Kalemim şöyle bir eski zamanların Rus yazarının sihirli değneği gibi hareket etse de, her bir karakterin hissettirdiklerini akıtabilsem bu sayfaya, siz onun yerine önce benim yorumumu , sonra da gidip bu kitabı okuyun bence. Ayrıca çizimler olağanüstü bir akıcılık ile çizilmiş.
* * * * ** * *** *** * * *** **
Yazarın kitapları arasından favorim yine Ev olarak kalacak bence, onun çağrıştırdıkları bende çok ayrı bir yerde fakat bu kitapta da bambaşka bir hassasiyet var, dokunulmak istenen yerler var insanın içinde zaten olan fakat unutup modern dünyaya daldığı cinsten. Sanırım yazarın tarzı bu. Aslında duygusal bir hikaye ile boğmuyor insanı, gayet güzel bir olay ele alıp sıragelen olay örgüsünü kurgulayıp hevesle devamında ne olacağını merak ettiriyor fakat bir yandan bu eğlenceli hem de karakterler arası geçişlerle dolu hikayenin içinde koşarken bir yandan da öyle noktalara atıfta bulunuyor ki, hiç belli etmeden, satır aralarında, alttan alta, oralar bana öyle bir dokunuyor ki, kitap boyu olayları yaşarken bir yandan da düşüncelere dalıyorum, tıpkı gerçek hayattaki koşuşturmacaların içinde yaşarken olduğu gibi...
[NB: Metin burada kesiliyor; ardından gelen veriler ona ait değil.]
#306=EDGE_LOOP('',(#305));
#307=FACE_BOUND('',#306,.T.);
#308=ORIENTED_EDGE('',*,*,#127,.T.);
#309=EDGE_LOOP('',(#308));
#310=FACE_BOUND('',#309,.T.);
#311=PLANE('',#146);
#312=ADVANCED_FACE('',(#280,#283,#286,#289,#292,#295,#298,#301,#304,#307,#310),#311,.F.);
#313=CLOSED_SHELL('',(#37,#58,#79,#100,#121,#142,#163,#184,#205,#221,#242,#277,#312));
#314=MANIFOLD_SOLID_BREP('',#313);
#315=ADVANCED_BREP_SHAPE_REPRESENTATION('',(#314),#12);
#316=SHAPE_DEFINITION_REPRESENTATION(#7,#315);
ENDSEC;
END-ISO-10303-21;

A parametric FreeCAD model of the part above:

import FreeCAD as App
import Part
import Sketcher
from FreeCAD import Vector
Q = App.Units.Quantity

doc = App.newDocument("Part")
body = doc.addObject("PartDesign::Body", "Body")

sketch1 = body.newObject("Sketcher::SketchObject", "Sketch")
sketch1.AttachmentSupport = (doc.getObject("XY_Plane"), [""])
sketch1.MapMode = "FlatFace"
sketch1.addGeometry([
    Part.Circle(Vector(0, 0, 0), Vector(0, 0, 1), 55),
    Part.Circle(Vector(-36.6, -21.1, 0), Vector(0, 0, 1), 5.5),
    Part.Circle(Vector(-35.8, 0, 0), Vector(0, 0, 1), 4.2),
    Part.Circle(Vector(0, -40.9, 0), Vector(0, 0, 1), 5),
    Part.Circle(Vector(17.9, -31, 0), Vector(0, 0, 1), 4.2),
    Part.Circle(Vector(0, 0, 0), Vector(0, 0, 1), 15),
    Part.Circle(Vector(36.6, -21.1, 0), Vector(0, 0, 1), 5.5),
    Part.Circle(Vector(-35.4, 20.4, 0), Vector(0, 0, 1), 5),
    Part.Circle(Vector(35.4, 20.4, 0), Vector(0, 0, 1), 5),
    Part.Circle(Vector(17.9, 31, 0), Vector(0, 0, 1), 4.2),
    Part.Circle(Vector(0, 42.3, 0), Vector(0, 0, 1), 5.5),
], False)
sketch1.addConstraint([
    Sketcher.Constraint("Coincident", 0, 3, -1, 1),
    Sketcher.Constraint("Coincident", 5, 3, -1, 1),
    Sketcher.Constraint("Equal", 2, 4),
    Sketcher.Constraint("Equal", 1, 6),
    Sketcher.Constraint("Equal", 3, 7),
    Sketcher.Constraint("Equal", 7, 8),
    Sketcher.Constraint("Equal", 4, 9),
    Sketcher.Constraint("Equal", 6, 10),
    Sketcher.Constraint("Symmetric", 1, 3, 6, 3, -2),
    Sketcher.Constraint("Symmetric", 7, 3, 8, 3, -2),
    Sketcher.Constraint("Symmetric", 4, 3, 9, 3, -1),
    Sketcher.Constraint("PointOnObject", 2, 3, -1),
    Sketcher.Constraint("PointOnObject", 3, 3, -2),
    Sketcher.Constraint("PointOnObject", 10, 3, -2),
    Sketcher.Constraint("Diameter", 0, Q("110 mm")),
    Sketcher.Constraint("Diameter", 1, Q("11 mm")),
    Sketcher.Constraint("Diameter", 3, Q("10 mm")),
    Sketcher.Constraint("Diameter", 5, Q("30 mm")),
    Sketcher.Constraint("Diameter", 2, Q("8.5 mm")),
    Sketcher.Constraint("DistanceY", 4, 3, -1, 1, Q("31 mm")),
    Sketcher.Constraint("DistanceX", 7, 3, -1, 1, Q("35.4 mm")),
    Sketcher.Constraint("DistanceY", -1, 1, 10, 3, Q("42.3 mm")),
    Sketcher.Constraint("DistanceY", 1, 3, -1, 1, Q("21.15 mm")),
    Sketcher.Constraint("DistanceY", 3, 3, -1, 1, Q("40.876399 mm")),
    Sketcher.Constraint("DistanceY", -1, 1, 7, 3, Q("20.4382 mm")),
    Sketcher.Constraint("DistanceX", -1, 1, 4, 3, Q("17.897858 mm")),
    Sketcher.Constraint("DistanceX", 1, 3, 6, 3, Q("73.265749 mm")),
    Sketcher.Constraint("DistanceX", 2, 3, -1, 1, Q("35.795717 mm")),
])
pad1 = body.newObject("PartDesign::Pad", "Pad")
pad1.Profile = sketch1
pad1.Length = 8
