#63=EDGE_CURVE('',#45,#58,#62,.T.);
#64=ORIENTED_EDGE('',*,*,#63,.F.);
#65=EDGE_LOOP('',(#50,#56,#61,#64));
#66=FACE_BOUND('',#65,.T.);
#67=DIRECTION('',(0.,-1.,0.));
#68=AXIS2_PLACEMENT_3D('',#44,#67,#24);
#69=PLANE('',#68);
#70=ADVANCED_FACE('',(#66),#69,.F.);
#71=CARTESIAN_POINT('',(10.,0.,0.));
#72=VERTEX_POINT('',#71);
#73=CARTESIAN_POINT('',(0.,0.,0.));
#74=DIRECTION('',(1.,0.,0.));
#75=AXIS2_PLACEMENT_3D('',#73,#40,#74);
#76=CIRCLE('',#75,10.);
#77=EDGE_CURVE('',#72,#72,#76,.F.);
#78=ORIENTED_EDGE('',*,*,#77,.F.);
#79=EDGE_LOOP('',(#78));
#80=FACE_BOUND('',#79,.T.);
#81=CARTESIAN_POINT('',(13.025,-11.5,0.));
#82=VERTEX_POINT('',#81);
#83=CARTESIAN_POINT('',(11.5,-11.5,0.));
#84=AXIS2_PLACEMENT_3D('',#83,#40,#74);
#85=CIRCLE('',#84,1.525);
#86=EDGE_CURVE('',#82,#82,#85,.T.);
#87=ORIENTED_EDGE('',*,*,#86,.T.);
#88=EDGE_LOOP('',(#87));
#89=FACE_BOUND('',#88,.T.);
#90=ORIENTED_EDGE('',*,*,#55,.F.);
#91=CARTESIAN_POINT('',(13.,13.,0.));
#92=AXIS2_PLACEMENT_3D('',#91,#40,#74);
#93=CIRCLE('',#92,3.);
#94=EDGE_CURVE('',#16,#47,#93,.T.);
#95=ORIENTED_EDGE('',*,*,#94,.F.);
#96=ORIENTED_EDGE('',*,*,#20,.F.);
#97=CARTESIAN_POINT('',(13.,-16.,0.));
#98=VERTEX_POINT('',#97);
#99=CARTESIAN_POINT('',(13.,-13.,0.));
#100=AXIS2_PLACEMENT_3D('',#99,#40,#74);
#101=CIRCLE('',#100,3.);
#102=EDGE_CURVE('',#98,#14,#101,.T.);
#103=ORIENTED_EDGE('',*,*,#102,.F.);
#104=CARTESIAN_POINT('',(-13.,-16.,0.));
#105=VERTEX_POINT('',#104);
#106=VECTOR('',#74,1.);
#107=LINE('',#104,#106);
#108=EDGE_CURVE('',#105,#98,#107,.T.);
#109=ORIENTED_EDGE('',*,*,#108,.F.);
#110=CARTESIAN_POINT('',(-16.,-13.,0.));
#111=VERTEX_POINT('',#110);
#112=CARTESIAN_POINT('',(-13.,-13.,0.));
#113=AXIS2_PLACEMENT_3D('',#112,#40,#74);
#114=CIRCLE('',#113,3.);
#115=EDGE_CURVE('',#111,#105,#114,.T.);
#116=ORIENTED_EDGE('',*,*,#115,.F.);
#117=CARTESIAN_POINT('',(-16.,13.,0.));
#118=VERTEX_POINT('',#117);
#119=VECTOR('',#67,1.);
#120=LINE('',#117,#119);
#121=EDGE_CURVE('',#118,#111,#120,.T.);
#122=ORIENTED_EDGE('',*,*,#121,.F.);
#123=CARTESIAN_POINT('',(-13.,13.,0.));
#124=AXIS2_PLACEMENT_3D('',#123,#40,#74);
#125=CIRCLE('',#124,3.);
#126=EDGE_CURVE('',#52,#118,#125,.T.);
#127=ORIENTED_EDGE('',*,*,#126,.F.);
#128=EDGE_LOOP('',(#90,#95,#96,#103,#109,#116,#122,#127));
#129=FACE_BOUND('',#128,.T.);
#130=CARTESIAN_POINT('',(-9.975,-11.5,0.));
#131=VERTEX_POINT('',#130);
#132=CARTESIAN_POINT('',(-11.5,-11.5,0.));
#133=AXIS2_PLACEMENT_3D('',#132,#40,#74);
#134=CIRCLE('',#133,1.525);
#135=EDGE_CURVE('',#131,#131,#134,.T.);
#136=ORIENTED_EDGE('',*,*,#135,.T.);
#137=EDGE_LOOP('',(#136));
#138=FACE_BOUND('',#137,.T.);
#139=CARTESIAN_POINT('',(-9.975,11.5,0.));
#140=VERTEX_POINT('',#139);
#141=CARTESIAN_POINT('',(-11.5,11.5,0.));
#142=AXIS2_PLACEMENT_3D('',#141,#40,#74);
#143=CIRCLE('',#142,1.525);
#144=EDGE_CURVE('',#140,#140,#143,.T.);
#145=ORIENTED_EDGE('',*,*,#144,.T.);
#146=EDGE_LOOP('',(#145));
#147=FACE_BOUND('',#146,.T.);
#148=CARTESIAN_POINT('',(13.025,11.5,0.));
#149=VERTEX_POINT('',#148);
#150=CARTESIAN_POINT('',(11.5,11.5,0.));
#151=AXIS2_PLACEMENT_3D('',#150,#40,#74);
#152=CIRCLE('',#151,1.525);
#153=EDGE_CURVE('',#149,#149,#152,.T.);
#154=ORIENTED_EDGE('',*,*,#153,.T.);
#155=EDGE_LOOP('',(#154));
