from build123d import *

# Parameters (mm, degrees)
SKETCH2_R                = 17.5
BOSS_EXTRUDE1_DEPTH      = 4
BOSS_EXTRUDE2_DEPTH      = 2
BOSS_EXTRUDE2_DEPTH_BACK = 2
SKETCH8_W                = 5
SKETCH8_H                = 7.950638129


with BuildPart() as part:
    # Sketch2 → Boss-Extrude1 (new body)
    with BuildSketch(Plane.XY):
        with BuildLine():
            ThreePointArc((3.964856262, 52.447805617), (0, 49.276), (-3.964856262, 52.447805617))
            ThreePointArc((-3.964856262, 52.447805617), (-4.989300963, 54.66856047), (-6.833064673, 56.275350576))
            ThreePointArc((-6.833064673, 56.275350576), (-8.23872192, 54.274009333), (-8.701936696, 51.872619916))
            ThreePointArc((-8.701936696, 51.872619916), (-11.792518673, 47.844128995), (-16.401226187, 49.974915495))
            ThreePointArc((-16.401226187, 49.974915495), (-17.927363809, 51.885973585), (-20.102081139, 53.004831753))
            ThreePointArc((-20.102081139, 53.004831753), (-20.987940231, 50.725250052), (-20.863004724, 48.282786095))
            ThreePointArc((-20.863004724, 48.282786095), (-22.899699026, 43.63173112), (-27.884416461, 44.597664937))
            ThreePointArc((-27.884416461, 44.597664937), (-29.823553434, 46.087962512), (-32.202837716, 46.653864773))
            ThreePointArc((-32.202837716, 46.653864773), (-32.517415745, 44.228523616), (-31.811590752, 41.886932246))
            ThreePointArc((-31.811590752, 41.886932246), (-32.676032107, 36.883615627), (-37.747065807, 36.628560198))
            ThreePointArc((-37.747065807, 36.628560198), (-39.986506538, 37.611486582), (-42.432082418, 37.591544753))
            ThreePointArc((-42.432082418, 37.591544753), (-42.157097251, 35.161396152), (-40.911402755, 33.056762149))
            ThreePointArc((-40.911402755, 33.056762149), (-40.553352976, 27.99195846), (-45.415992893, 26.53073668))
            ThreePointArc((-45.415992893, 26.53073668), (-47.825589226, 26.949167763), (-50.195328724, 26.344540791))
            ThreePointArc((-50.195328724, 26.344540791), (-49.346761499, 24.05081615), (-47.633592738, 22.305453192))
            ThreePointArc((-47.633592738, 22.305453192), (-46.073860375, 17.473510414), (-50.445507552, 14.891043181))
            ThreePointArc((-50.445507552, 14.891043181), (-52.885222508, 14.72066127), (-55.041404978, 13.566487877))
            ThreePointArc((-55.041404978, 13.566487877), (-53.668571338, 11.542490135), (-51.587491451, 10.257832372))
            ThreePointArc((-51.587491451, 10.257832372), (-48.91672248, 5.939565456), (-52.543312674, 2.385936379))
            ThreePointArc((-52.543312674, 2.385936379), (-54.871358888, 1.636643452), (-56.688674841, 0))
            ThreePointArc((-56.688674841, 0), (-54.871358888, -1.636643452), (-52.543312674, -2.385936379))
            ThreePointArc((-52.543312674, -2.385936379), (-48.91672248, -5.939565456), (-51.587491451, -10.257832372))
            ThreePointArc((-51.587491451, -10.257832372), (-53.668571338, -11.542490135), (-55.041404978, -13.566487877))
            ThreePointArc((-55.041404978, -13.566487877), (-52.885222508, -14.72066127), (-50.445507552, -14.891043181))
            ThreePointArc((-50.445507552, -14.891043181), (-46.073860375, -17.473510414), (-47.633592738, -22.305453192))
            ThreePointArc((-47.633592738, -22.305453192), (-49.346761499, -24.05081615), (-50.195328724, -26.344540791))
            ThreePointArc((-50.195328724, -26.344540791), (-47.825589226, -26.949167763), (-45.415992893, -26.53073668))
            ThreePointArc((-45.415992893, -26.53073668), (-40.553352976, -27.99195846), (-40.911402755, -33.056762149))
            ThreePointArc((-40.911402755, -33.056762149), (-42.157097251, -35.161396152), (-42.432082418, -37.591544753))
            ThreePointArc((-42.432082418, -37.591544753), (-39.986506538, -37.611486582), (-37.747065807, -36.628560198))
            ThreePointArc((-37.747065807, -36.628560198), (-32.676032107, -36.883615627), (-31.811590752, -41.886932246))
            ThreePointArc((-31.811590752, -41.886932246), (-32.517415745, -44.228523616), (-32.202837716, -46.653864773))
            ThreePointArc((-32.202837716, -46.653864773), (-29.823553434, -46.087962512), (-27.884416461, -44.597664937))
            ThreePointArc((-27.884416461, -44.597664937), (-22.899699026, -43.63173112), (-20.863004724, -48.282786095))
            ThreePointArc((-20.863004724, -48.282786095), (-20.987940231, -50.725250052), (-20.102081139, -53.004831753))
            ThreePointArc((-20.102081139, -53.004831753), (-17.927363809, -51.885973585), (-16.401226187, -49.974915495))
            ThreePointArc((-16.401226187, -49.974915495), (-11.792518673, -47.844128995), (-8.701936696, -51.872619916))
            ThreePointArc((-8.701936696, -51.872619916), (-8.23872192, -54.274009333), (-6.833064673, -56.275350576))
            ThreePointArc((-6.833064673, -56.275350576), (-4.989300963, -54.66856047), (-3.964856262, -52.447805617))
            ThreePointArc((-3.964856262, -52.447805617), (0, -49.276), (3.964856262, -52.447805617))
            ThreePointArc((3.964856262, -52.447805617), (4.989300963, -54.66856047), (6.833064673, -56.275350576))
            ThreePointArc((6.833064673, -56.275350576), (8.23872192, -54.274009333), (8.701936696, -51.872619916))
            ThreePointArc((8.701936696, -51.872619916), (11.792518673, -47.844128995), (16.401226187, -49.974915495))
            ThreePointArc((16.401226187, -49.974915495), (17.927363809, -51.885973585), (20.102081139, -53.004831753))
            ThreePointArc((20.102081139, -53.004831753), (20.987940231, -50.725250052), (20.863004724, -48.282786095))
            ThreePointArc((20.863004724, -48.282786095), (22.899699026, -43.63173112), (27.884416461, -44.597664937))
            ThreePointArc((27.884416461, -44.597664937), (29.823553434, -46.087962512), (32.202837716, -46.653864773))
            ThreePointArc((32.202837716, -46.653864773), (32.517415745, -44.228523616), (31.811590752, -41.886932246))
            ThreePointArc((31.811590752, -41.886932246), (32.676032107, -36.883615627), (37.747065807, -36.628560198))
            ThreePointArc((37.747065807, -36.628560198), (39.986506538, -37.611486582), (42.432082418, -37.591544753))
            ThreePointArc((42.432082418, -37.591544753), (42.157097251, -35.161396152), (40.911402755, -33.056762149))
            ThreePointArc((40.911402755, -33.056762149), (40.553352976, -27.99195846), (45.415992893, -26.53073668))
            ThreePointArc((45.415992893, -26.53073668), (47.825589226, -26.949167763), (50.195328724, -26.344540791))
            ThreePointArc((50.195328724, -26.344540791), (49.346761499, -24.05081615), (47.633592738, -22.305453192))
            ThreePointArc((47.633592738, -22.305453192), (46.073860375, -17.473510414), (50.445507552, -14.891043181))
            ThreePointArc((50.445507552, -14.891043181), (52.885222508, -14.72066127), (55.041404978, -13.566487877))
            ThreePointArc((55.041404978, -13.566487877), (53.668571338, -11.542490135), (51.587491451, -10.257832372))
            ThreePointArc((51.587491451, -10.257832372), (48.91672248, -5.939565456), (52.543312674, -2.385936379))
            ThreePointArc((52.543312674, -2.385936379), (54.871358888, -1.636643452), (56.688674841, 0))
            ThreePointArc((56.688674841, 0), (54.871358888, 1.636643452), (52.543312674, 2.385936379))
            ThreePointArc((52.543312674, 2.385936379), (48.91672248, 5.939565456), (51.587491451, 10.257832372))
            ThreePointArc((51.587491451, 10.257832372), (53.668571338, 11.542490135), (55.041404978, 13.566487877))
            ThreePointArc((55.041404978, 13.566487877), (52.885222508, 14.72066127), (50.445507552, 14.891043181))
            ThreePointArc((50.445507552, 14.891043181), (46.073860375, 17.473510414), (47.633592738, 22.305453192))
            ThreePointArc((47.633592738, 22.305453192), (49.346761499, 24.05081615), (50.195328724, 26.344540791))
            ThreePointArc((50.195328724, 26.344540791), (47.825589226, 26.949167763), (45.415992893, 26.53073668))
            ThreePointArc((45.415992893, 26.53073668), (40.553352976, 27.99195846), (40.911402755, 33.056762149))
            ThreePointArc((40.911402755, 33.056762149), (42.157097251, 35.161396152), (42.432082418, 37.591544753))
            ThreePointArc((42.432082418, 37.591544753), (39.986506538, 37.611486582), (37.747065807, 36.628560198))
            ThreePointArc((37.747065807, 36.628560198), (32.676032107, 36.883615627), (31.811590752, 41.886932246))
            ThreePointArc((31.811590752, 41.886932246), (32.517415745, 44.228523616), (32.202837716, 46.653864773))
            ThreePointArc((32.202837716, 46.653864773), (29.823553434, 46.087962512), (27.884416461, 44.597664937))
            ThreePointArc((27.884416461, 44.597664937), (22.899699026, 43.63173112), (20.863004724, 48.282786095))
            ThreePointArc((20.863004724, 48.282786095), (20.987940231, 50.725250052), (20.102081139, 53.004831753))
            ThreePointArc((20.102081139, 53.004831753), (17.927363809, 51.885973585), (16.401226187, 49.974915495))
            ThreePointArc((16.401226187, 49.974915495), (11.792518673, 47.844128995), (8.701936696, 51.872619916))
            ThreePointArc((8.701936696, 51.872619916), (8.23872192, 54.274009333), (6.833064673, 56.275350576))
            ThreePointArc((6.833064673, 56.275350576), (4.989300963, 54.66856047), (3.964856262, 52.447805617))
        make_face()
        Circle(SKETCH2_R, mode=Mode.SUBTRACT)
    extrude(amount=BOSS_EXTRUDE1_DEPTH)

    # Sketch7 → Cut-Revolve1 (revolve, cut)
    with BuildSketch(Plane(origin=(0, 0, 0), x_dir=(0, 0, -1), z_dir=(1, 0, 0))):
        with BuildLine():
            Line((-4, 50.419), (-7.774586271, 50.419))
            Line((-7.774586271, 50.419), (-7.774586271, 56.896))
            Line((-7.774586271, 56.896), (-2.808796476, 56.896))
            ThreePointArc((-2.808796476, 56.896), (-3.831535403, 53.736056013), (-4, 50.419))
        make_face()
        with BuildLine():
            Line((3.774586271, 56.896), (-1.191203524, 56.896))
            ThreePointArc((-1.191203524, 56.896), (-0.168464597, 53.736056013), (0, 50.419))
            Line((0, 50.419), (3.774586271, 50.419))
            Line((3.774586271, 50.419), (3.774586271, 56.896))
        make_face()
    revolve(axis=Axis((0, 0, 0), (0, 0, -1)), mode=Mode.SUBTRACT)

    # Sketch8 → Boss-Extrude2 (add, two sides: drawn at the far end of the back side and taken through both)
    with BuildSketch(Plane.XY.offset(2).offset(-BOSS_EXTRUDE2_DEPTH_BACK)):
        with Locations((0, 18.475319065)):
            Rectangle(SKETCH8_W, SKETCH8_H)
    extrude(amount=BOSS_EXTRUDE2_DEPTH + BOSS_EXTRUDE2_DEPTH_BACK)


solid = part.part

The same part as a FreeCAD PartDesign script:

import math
import FreeCAD as App
import Part
import Sketcher
from FreeCAD import Vector


def add_polygon(sketch, points):
    """Adds a closed chain of lines whose ends are joined by coincident constraints."""
    first, n = sketch.GeometryCount, len(points)
    for a, b in zip(points, points[1:] + points[:1]):
        sketch.addGeometry(Part.LineSegment(App.Vector(*a, 0), App.Vector(*b, 0)), False)
    for i in range(n):
        sketch.addConstraint(Sketcher.Constraint("Coincident", first + i, 2, first + (i + 1) % n, 1))

doc = App.newDocument("Part")
body = doc.addObject("PartDesign::Body", "Body")

# Sketch on XY plane
sketch1 = doc.addObject("Sketcher::SketchObject", "Sketch")
body.addObject(sketch1)
sketch1.AttachmentSupport = (doc.XY_Plane, [""])
sketch1.MapMode = "FlatFace"
sketch1.addGeometry([
    Part.ArcOfCircle(Part.Circle(Vector(0, 53.34, 0), Vector(0, 0, 1), 4.064), math.radians(-167.318217), math.radians(-12.681783)),  # 0
    Part.ArcOfCircle(Part.Circle(Vector(-9.664337, 51.165276, 0), Vector(0, 0, 1), 5.842), math.radians(12.681783), math.radians(61.011048)),  # 1
    Part.ArcOfCircle(Part.Circle(Vector(-2.861143, 51.991334, 0), Vector(0, 0, 1), 5.842), math.radians(132.835105), math.radians(181.164371)),  # 2
    Part.ArcOfCircle(Part.Circle(Vector(-12.765098, 51.790037, 0), Vector(0, 0, 1), 4.064), math.radians(-153.472063), math.radians(1.164371)),  # 3
    Part.ArcOfCircle(Part.Circle(Vector(-21.628161, 47.365679, 0), Vector(0, 0, 1), 5.842), math.radians(26.527936), math.radians(74.857202)),  # 4
    Part.ArcOfCircle(Part.Circle(Vector(-15.220344, 49.795844, 0), Vector(0, 0, 1), 5.842), math.radians(146.681259), math.radians(195.010525)),  # 5
    Part.ArcOfCircle(Part.Circle(Vector(-24.788334, 47.230224, 0), Vector(0, 0, 1), 4.064), math.radians(-139.62591), math.radians(15.010525)),  # 6
    Part.ArcOfCircle(Part.Circle(Vector(-32.335035, 40.813361, 0), Vector(0, 0, 1), 5.842), math.radians(40.37409), math.radians(88.703356)),  # 7
    Part.ArcOfCircle(Part.Circle(Vector(-26.694994, 44.7064, 0), Vector(0, 0, 1), 5.842), math.radians(160.527413), math.radians(208.856679)),  # 8
    Part.ArcOfCircle(Part.Circle(Vector(-35.370963, 39.925563, 0), Vector(0, 0, 1), 4.064), math.radians(-125.779756), math.radians(28.856679)),  # 9
    Part.ArcOfCircle(Part.Circle(Vector(-41.162714, 31.889118, 0), Vector(0, 0, 1), 5.842), math.radians(54.220244), math.radians(102.54951)),  # 10
    Part.ArcOfCircle(Part.Circle(Vector(-36.618228, 37.018783, 0), Vector(0, 0, 1), 5.842), math.radians(174.373567), math.radians(222.702833)),  # 11
    Part.ArcOfCircle(Part.Circle(Vector(-43.897959, 30.300574, 0), Vector(0, 0, 1), 4.064), math.radians(-111.933602), math.radians(42.702833)),  # 12
    Part.ArcOfCircle(Part.Circle(Vector(-47.598166, 21.111596, 0), Vector(0, 0, 1), 5.842), math.radians(68.066398), math.radians(116.395664)),  # 13
    Part.ArcOfCircle(Part.Circle(Vector(-44.413343, 27.179769, 0), Vector(0, 0, 1), 5.842), math.radians(-171.780279), math.radians(-123.451013)),  # 14
    Part.ArcOfCircle(Part.Circle(Vector(-49.873766, 18.914625, 0), Vector(0, 0, 1), 4.064), math.radians(-98.087448), math.radians(56.548987)),  # 15
    Part.ArcOfCircle(Part.Circle(Vector(-51.267385, 9.107145, 0), Vector(0, 0, 1), 5.842), math.radians(81.912552), math.radians(130.241818)),  # 16
    Part.ArcOfCircle(Part.Circle(Vector(-49.627317, 15.761166, 0), Vector(0, 0, 1), 5.842), math.radians(-157.934125), math.radians(-109.60486)),  # 17
    Part.ArcOfCircle(Part.Circle(Vector(-52.951091, 6.429427, 0), Vector(0, 0, 1), 4.064), math.radians(-84.241294), math.radians(70.39514)),  # 18
    Part.ArcOfCircle(Part.Circle(Vector(-51.957131, -3.426581, 0), Vector(0, 0, 1), 5.842), math.radians(95.758706), math.radians(144.087972)),  # 19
Girdiği sokaktan çıkamayan başrolümüzün bu sokaktaki bir otelde kalmaya başlaması ve tanıştığı herkesin farklı huyları ve farklı davranışları ile baş kahramanımızı sürekli şaşırtması üzerine gelişiyor hikaye baştan sona. Bu sırada sürekli sokaktan çıkmanın yolunu arıyor bizim adam. Karşılaştığı bu benzersiz karakterlerle ilgili birkaç yorum bırakıyorum aşağıya:
* * ** * * * *** * *** * *
Kitapta barınan absürt ötesi karakterler, fantastik bir olay örgüsü, karakterlerin gerçek dışı çizdiği çizgide aslında gerçek hayatta unuttuğumuz önemli değerleri hatırlatmaları, kitaptan çıkarılması gereken birden fazla ana fikir olduğunu gösteriyor bana kalırsa. Öncelikle hayalimizdeki hayatı isterken onun yerine modern dünya için koşturup durduğumuzu fark edelim diye bence bir silkeliyor kitap. Sonrasında ise bu büyülü sokaktan dışarı çıkamadıkça o sokaktaki insanların yaşamına özendiriyor. O dinginlik ve kendini tekrar eden davranışlar silsilesinin içinde her adımın farklı bir manası dile geliyor adeta. Sürekli herkese posta dağıtan kadının yalnızlığını paylaşmak için yazması ise en önemli yerdi bence. Zaten bazı yorumlarda o postacının o sokaktaki gerçeklikte adamın dış dünyadaki karısının paralel evrendeki hali gibi bir dönüşümü olduğunu okumuştum ki bence yerine bir yorum olmuş.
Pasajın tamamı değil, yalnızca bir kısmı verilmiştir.